[Dataset excerpts]
=-=-=

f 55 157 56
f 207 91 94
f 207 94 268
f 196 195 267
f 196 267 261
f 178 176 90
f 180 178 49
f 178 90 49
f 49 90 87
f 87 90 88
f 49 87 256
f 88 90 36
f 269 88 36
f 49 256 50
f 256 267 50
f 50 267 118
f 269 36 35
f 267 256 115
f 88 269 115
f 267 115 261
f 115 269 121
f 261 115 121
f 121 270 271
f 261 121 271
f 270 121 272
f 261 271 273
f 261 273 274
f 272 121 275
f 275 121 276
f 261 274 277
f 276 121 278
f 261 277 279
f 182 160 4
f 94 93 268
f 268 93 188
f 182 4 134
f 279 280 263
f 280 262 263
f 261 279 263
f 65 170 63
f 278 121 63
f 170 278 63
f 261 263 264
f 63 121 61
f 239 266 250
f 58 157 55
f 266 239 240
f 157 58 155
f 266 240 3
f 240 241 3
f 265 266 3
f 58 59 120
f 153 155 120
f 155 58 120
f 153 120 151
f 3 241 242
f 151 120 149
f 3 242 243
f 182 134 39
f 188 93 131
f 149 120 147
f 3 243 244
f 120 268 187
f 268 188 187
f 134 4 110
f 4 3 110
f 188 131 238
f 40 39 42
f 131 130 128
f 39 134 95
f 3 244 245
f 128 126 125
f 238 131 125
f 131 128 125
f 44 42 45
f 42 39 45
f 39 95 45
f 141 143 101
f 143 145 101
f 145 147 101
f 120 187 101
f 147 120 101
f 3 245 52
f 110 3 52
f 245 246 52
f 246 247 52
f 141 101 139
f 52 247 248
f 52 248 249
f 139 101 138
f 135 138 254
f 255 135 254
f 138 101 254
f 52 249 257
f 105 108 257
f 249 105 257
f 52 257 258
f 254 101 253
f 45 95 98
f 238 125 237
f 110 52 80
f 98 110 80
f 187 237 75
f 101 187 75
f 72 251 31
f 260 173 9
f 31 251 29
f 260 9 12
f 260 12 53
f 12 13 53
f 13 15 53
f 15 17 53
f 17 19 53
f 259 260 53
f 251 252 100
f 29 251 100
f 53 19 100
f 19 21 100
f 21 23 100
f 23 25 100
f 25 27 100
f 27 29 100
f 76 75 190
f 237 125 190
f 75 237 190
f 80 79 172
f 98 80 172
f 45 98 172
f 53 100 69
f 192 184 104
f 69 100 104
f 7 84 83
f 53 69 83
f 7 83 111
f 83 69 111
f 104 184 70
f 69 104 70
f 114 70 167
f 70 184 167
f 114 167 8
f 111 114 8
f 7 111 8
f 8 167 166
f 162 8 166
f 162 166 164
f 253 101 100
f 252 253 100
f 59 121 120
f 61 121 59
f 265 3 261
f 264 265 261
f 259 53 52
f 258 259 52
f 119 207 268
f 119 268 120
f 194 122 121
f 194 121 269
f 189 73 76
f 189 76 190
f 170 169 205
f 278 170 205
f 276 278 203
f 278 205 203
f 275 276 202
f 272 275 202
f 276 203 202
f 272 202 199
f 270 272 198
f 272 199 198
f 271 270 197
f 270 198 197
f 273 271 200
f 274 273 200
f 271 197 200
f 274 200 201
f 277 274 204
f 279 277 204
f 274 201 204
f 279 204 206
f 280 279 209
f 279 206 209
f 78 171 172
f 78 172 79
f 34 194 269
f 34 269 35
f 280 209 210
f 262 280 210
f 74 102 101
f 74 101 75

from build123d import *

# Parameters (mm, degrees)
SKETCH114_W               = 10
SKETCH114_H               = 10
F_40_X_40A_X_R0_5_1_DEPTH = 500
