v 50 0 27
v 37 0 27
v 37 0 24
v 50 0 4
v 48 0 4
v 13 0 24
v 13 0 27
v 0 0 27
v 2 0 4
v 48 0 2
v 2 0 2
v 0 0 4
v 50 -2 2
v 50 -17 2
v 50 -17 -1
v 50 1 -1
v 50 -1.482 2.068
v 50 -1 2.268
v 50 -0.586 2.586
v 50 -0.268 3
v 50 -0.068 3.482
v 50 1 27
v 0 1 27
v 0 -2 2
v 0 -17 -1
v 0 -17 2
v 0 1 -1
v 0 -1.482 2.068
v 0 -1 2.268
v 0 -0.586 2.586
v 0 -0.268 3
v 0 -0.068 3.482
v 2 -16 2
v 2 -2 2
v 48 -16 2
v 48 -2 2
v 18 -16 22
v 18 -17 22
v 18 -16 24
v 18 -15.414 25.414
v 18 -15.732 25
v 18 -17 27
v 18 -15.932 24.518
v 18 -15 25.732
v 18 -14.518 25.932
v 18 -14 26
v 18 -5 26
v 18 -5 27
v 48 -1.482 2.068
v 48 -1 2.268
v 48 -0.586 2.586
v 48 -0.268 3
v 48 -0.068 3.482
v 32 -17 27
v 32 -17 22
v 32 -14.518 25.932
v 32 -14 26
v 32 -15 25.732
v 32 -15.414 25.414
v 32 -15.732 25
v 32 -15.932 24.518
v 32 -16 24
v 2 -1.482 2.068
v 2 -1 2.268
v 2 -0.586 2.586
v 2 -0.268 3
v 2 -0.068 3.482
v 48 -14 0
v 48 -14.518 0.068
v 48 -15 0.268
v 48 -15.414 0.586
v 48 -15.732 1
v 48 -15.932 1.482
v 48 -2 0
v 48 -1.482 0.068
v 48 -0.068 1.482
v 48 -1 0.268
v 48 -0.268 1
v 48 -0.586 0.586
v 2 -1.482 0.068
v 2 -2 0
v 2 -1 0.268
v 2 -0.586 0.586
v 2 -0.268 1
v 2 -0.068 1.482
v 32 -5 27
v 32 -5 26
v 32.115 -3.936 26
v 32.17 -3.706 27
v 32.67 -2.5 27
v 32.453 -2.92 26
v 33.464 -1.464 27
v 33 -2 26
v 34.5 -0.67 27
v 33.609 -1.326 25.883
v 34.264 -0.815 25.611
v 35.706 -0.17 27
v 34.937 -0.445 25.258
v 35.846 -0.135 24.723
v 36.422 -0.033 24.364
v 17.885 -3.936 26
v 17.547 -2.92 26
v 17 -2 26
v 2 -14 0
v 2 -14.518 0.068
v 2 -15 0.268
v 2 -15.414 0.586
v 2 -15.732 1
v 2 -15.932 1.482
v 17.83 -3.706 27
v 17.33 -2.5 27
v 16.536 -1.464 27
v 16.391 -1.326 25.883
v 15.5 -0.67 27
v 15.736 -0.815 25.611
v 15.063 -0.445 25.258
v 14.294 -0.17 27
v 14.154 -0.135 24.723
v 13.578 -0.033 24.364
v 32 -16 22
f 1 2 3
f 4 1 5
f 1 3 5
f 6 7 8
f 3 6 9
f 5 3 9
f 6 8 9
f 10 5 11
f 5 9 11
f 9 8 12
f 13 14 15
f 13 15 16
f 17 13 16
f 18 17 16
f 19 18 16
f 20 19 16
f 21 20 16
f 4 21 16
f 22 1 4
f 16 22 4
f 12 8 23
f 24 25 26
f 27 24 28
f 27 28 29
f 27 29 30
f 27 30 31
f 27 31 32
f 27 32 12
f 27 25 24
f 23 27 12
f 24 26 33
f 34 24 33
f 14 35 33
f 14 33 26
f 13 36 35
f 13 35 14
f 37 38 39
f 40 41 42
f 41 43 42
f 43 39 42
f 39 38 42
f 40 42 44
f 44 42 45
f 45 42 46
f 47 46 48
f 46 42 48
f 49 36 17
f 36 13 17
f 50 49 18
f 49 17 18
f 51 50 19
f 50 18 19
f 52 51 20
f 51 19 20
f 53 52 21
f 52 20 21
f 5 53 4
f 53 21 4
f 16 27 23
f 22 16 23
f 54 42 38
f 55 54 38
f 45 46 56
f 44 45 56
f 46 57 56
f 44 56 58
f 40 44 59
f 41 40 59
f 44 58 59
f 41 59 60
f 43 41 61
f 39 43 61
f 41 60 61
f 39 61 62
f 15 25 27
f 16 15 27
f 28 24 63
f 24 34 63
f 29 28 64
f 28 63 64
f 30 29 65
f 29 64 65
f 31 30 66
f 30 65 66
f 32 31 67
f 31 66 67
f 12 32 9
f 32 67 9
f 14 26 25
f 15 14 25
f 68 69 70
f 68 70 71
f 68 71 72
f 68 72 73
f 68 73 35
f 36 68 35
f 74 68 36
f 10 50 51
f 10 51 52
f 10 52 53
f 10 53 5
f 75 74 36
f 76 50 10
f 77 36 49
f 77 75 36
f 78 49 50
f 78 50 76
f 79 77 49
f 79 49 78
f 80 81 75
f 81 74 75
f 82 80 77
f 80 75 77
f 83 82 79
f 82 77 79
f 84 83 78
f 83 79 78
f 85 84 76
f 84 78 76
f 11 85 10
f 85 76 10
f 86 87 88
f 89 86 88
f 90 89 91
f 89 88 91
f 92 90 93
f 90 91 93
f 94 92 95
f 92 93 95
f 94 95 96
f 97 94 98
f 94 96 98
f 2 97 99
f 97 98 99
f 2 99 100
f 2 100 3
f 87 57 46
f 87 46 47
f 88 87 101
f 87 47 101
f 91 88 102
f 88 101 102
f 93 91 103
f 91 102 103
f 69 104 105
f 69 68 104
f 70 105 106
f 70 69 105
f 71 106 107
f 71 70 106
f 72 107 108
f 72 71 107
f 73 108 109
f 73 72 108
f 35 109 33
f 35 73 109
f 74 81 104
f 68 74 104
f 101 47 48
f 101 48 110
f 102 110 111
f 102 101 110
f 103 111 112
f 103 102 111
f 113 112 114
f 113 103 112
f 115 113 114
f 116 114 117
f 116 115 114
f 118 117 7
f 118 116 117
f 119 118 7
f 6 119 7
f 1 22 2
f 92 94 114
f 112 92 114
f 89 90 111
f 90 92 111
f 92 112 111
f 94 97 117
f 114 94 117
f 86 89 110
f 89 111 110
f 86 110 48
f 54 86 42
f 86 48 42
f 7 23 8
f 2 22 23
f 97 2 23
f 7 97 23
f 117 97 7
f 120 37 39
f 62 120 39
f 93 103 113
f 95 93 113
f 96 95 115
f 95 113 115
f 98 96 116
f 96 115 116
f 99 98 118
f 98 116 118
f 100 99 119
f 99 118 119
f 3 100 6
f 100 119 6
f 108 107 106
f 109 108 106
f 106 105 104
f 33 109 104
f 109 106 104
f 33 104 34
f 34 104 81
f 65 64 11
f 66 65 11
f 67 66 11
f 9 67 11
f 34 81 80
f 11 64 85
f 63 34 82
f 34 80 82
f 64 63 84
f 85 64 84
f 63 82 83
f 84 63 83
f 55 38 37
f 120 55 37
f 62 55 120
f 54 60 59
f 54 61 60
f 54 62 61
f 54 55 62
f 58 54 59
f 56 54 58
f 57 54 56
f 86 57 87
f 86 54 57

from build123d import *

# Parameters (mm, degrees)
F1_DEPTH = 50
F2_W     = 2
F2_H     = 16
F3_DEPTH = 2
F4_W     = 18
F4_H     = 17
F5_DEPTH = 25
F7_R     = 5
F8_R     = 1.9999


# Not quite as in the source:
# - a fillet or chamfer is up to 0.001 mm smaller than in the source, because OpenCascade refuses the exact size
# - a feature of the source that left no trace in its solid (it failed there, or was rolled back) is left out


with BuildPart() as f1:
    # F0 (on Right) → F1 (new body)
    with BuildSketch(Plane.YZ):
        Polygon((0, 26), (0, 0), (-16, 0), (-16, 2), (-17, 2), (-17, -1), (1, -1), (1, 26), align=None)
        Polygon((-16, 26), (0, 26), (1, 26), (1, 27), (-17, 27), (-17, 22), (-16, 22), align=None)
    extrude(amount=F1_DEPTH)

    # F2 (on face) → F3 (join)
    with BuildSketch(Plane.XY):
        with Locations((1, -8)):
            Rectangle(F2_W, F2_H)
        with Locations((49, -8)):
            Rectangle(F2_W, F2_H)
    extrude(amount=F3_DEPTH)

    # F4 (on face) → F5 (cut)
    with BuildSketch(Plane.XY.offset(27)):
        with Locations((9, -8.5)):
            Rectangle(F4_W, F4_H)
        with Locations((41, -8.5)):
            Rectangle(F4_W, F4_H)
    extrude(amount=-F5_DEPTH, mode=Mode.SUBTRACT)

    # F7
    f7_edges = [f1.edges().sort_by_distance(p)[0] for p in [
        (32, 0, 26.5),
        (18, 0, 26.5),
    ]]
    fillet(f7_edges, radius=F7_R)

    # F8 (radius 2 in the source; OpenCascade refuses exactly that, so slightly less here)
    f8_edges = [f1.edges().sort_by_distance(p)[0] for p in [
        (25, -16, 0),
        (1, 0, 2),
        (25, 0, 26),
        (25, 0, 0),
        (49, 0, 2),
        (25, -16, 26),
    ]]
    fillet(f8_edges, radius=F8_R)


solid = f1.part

=-=-=

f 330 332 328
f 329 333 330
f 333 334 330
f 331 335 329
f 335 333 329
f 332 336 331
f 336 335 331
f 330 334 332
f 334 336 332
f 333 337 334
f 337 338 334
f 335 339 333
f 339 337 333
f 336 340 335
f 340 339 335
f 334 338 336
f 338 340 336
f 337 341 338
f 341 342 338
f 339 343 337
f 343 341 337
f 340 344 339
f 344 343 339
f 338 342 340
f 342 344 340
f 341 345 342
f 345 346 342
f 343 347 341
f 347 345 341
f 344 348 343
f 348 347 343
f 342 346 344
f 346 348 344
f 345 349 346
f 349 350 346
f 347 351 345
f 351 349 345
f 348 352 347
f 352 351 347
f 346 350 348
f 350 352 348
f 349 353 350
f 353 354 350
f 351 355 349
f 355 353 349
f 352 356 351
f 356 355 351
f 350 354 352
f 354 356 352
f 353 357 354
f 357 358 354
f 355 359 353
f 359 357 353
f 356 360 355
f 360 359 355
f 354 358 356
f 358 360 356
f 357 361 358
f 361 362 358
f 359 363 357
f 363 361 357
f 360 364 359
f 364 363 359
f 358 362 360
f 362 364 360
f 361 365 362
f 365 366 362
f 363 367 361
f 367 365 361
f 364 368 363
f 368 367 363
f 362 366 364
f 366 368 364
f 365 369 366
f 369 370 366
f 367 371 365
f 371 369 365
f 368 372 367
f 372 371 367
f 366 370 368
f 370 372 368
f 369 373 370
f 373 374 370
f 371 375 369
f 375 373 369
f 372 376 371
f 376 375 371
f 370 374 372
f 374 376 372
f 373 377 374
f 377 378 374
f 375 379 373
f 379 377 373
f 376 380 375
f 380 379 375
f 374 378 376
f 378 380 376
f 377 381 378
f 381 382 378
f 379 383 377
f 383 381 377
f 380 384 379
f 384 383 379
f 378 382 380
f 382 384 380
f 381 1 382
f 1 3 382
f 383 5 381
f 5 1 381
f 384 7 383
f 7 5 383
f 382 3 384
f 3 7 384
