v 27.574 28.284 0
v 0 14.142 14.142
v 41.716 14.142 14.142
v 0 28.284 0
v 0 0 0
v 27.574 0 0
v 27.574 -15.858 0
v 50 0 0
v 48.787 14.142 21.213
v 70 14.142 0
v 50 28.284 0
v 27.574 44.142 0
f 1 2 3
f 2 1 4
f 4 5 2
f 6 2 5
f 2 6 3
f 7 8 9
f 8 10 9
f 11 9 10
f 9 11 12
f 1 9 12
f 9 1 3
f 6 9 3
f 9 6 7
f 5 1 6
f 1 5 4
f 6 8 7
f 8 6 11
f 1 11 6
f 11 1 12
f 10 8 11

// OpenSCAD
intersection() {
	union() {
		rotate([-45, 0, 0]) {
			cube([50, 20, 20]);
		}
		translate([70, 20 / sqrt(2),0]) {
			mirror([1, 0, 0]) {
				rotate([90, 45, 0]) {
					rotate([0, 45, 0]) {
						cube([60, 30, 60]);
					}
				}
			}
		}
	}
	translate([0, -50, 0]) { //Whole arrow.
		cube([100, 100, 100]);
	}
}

=-=-=

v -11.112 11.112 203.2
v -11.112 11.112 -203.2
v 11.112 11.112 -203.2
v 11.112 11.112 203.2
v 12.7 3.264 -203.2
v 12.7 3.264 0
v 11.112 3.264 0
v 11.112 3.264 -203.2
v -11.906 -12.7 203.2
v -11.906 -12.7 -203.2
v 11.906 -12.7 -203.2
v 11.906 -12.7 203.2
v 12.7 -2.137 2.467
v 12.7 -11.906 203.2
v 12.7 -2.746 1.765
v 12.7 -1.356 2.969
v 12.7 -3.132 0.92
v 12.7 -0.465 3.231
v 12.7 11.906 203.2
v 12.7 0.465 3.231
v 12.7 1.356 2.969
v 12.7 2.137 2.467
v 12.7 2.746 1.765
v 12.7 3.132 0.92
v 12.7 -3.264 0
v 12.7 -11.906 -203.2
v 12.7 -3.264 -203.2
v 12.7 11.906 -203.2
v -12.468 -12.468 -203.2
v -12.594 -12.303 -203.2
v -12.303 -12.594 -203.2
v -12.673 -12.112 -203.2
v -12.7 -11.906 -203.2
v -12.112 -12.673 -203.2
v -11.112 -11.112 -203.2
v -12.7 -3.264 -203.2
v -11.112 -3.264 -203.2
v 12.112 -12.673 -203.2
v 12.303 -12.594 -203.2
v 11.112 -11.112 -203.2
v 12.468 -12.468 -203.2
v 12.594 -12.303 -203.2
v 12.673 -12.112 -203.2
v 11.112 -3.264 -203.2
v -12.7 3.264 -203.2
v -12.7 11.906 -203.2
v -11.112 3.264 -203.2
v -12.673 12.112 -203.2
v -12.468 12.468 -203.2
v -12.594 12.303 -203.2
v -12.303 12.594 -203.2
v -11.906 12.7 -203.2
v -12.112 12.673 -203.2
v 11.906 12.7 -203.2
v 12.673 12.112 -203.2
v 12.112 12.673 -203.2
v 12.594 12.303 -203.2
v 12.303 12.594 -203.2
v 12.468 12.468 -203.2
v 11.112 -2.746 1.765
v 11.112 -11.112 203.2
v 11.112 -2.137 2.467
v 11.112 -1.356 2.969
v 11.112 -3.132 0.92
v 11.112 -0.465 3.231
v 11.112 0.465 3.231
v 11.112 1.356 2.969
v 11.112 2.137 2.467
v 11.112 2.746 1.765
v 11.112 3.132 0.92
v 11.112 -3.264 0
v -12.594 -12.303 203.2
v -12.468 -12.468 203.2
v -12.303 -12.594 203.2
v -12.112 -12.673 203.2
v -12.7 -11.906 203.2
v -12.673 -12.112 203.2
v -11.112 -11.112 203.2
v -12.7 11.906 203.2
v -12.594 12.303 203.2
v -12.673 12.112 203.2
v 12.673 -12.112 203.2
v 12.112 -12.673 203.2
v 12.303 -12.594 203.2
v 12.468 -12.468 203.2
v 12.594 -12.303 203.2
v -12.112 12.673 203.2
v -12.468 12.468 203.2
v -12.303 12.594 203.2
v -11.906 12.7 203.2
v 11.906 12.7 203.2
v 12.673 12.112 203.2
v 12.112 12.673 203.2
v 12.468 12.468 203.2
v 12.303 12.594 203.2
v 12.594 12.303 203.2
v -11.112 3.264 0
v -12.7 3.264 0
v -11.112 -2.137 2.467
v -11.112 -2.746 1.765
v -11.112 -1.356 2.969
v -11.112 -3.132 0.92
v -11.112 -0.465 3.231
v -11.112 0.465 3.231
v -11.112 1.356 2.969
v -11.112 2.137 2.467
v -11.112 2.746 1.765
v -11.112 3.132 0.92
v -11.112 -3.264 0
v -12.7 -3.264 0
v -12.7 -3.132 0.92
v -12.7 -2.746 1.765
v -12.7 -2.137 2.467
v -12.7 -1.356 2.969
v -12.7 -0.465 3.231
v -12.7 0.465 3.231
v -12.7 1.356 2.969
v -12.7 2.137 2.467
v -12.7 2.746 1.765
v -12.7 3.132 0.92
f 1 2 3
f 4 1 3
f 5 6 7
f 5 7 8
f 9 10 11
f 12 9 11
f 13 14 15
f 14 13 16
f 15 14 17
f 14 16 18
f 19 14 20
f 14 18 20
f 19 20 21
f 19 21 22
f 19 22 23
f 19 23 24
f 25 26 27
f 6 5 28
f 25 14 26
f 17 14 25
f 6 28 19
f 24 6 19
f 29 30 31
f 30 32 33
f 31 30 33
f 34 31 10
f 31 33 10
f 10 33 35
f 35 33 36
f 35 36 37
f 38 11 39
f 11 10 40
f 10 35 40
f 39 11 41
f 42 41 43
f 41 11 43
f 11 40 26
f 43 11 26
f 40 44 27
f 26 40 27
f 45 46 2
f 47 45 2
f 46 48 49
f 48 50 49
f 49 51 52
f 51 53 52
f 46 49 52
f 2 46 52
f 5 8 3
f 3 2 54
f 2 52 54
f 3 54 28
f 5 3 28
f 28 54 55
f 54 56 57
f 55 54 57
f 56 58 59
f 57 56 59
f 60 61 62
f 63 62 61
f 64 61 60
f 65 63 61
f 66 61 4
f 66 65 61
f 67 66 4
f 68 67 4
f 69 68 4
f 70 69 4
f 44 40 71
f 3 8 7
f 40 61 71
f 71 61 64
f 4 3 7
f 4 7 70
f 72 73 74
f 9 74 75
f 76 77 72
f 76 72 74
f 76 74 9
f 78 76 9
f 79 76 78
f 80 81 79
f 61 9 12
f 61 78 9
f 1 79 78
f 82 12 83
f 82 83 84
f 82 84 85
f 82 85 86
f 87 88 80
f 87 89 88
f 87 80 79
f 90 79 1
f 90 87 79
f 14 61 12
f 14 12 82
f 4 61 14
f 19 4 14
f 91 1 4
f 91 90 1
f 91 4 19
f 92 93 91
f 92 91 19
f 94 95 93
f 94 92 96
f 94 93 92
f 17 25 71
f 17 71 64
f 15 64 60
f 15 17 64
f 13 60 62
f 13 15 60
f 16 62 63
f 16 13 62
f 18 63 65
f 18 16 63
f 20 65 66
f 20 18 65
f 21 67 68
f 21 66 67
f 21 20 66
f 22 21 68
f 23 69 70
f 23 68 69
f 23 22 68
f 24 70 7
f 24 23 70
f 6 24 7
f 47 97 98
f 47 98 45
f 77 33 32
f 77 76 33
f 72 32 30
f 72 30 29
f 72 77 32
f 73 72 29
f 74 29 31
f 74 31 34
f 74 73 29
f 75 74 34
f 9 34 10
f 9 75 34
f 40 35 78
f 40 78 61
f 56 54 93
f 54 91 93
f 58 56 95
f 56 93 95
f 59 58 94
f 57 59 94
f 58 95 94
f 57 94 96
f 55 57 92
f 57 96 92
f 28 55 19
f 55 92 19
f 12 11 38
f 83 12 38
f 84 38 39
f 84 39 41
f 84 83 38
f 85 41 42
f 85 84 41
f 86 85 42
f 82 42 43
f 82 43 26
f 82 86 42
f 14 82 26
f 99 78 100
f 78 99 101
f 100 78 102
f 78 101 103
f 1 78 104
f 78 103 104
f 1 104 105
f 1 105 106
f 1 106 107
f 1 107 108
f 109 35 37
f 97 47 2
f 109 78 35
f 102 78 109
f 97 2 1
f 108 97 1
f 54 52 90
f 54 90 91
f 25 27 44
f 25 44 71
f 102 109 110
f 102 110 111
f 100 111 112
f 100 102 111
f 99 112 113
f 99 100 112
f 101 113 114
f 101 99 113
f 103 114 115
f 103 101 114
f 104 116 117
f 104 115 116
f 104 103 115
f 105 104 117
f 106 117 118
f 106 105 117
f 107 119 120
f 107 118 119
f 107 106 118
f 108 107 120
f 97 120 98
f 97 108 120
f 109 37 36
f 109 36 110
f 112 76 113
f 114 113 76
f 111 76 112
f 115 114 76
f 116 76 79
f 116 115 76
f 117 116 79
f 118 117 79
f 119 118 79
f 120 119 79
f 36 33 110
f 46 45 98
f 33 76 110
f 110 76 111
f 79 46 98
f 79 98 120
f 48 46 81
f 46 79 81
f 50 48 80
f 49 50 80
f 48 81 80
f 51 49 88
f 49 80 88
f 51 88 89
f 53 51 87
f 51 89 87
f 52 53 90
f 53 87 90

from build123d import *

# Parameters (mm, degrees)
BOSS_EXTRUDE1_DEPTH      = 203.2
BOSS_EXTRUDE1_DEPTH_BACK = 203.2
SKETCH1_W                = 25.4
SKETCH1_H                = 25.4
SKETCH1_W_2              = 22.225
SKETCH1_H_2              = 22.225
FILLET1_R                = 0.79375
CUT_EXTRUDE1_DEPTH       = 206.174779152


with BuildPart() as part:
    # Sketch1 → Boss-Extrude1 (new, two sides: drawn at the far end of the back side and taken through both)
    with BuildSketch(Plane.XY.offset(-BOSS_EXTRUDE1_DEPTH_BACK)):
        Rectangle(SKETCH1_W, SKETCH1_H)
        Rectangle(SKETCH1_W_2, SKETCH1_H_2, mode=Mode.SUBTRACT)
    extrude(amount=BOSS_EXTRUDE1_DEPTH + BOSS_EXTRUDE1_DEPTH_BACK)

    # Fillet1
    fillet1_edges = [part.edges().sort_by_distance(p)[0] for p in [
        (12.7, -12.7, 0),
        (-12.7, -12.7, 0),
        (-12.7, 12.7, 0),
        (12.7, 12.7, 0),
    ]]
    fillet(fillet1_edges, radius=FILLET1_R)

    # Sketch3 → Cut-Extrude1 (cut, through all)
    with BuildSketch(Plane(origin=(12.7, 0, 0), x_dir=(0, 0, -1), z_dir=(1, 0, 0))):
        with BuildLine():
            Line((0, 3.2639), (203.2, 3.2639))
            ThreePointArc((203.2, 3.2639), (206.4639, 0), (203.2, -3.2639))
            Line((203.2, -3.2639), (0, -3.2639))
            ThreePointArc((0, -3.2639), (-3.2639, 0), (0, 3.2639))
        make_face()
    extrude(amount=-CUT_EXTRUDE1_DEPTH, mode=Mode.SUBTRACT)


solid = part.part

=-=-=

*Exercise details:* Of the entries above, repeat exactly the lines between the line with "f 55 157 56" and the line with "f 272 275 202", inclusive, and no others.

*Response:*
f 55 157 56
f 207 91 94
f 207 94 268
f 196 195 267
f 196 267 261
f 178 176 90
f 180 178 49
f 178 90 49
f 49 90 87
f 87 90 88
f 49 87 256
f 88 90 36
f 269 88 36
f 49 256 50
f 256 267 50
f 50 267 118
f 269 36 35
f 267 256 115
f 88 269 115
f 267 115 261
f 115 269 121
f 261 115 121
f 121 270 271
f 261 121 271
f 270 121 272
f 261 271 273
f 261 273 274
f 272 121 275
f 275 121 276
f 261 274 277
f 276 121 278
f 261 277 279
f 182 160 4
f 94 93 268
f 268 93 188
f 182 4 134
f 279 280 263
f 280 262 263
f 261 279 263
f 65 170 63
f 278 121 63
f 170 278 63
f 261 263 264
f 63 121 61
f 239 266 250
f 58 157 55
f 266 239 240
f 157 58 155
f 266 240 3
f 240 241 3
f 265 266 3
f 58 59 120
f 153 155 120
f 155 58 120
f 153 120 151
f 3 241 242
f 151 120 149
f 3 242 243
f 182 134 39
f 188 93 131
f 149 120 147
f 3 243 244
f 120 268 187
f 268 188 187
f 134 4 110
f 4 3 110
f 188 131 238
f 40 39 42
f 131 130 128
f 39 134 95
f 3 244 245
f 128 126 125
f 238 131 125
f 131 128 125
f 44 42 45
f 42 39 45
f 39 95 45
f 141 143 101
f 143 145 101
f 145 147 101
f 120 187 101
f 147 120 101
f 3 245 52
f 110 3 52
f 245 246 52
f 246 247 52
f 141 101 139
f 52 247 248
f 52 248 249
f 139 101 138
f 135 138 254
f 255 135 254
f 138 101 254
f 52 249 257
f 105 108 257
f 249 105 257
f 52 257 258
f 254 101 253
f 45 95 98
f 238 125 237
f 110 52 80
f 98 110 80
f 187 237 75
f 101 187 75
f 72 251 31
f 260 173 9
f 31 251 29
f 260 9 12
f 260 12 53
f 12 13 53
f 13 15 53
f 15 17 53
f 17 19 53
f 259 260 53
f 251 252 100
f 29 251 100
f 53 19 100
f 19 21 100
f 21 23 100
f 23 25 100
f 25 27 100
f 27 29 100
f 76 75 190
f 237 125 190
f 75 237 190
f 80 79 172
f 98 80 172
f 45 98 172
f 53 100 69
f 192 184 104
f 69 100 104
f 7 84 83
f 53 69 83
f 7 83 111
f 83 69 111
f 104 184 70
f 69 104 70
f 114 70 167
f 70 184 167
f 114 167 8
f 111 114 8
f 7 111 8
f 8 167 166
f 162 8 166
f 162 166 164
f 253 101 100
f 252 253 100
f 59 121 120
f 61 121 59
f 265 3 261
f 264 265 261
f 259 53 52
f 258 259 52
f 119 207 268
f 119 268 120
f 194 122 121
f 194 121 269
f 189 73 76
f 189 76 190
f 170 169 205
f 278 170 205
f 276 278 203
f 278 205 203
f 275 276 202
f 272 275 202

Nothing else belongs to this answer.